There is also the possibility that an attempt to seize the city with the Kurdish militia could provoke a response from the government of President Bashar al-Assad, backed by Russia, again raising the threat of a wider war.
Meanwhile, the Erdogan government appears to be hopeful that it can achieve a more favorable agreement with an incoming Donald Trump administration regarding Syria and the Kurds. While Erdogan had earlier condemned candidate Trump’s call for a ban on all Muslims entering the US, he delivered one of the earliest and most effusive messages of congratulation to the new president-elect.
An indication that the desire for rapprochement may be mutual came in the form an article published this week by The Hill, by Trump’s senior national security advisor, retired General Michael Flynn, the former head of the Defense Intelligence Agency.
Flynn criticized the Obama administration for “keeping Erdogan’s government at arm’s length—an unwise policy that threatens our long-standing alliance.”
Flynn went on to strongly suggest that the US should agree to Ankara’s demand for the extradition of exiled Islamic leader Fethullah Gulen, who resides under US government protection in Pennsylvania. The Erdogan government has blamed Gulen for the abortive July 15 military coup against his government and has carried out a massive purge of his suspected followers.

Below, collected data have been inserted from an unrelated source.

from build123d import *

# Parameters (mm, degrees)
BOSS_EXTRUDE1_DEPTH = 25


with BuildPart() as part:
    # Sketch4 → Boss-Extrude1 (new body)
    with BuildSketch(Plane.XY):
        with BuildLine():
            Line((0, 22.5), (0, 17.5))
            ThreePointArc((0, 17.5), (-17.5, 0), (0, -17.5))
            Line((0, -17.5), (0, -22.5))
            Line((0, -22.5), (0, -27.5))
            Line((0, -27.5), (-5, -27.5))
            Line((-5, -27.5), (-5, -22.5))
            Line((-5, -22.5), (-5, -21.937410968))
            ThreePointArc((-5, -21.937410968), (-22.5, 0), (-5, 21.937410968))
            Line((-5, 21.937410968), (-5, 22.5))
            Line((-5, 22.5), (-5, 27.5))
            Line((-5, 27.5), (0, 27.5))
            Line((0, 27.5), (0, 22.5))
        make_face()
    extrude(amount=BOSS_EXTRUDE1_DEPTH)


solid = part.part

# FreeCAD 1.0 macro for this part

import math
import FreeCAD as App
import Part
import Sketcher

doc = App.newDocument("Part")
params = doc.addObject("Spreadsheet::Sheet", "Params")
for row, (alias, value) in enumerate([
    ("sketch1_radius", "17.5 mm"),
    ("sketch1_radius2", "22.5 mm"),
    ("sketch1_width", "5 mm"),
    ("sketch1_height", "10 mm"),
    ("pad1_length", "25 mm"),
], start=1):
    params.set(f"A{row}", alias)
    params.set(f"B{row}", "=" + value)
    params.setAlias(f"B{row}", alias)

body = doc.addObject("PartDesign::Body", "Body")

sketch1 = doc.addObject("Sketcher::SketchObject", "Sketch")
body.addObject(sketch1)
sketch1.AttachmentSupport = (doc.XY_Plane, [""])
sketch1.MapMode = "FlatFace"
sketch1.addGeometry([
    Part.ArcOfCircle(Part.Circle(App.Vector(0, 0, 0), App.Vector(0, 0, 1), 18), math.radians(90), math.radians(270)),
    Part.LineSegment(App.Vector(0, 18, 0), App.Vector(0, 28, 0)),
    Part.LineSegment(App.Vector(0, 28, 0), App.Vector(-5, 28, 0)),
    Part.LineSegment(App.Vector(-5, 28, 0), App.Vector(-5, 22, 0)),
    Part.ArcOfCircle(Part.Circle(App.Vector(0, 0, 0), App.Vector(0, 0, 1), 22), math.radians(103), math.radians(257)),
    Part.LineSegment(App.Vector(-5, -22, 0), App.Vector(-5, -28, 0)),
    Part.LineSegment(App.Vector(-5, -28, 0), App.Vector(0, -28, 0)),
    Part.LineSegment(App.Vector(0, -28, 0), App.Vector(0, -18, 0)),
], False)
sketch1.addConstraint([
    Sketcher.Constraint("Coincident", 0, 1, 1, 1),
    Sketcher.Constraint("Coincident", 1, 2, 2, 1),
    Sketcher.Constraint("Coincident", 2, 2, 3, 1),
    Sketcher.Constraint("Coincident", 3, 2, 4, 1),
    Sketcher.Constraint("Coincident", 4, 2, 5, 1),
    Sketcher.Constraint("Coincident", 5, 2, 6, 1),
    Sketcher.Constraint("Coincident", 6, 2, 7, 1),
    Sketcher.Constraint("Coincident", 7, 2, 0, 2),
    Sketcher.Constraint("Vertical", 1),
    Sketcher.Constraint("Horizontal", 2),
    Sketcher.Constraint("Vertical", 3),
    Sketcher.Constraint("Vertical", 5),
    Sketcher.Constraint("Horizontal", 6),
    Sketcher.Constraint("Vertical", 7),
    Sketcher.Constraint("Coincident", 0, 3, -1, 1),
    Sketcher.Constraint("Coincident", 4, 3, -1, 1),
    Sketcher.Constraint("Symmetric", 1, 2, 6, 2, -1, 1),
    Sketcher.Constraint("PointOnObject", 0, 1, -2),
    Sketcher.Constraint("Vertical", 3, 2, 4, 2),
    Sketcher.Constraint("Radius", 0, 17.5),
    Sketcher.Constraint("Radius", 4, 22.5),
    Sketcher.Constraint("DistanceX", 2, 2, 2, 1, 5.0),
    Sketcher.Constraint("DistanceY", 1, 1, 1, 2, 10.0),
])
sketch1.setExpression("Constraints[19]", "Params.sketch1_radius")
sketch1.setExpression("Constraints[20]", "Params.sketch1_radius2")
sketch1.setExpression("Constraints[21]", "Params.sketch1_width")
sketch1.setExpression("Constraints[22]", "Params.sketch1_height")
pad1 = doc.addObject("PartDesign::Pad", "Pad")
body.addObject(pad1)
pad1.Profile = sketch1
pad1.setExpression("Length", "Params.pad1_length")

doc.recompute()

“It is time we take a fresh look at the importance of Turkey and place our priorities in proper perspective,” Flynn writes. “It is unconscionable to militate against Turkey, our NATO ally, as Washington is hoodwinked by this masked source of terror and instability nestled comfortably in our own backyard in Pennsylvania... We should not provide him safe haven. In this crisis, it is imperative that we remember who our real friends are.”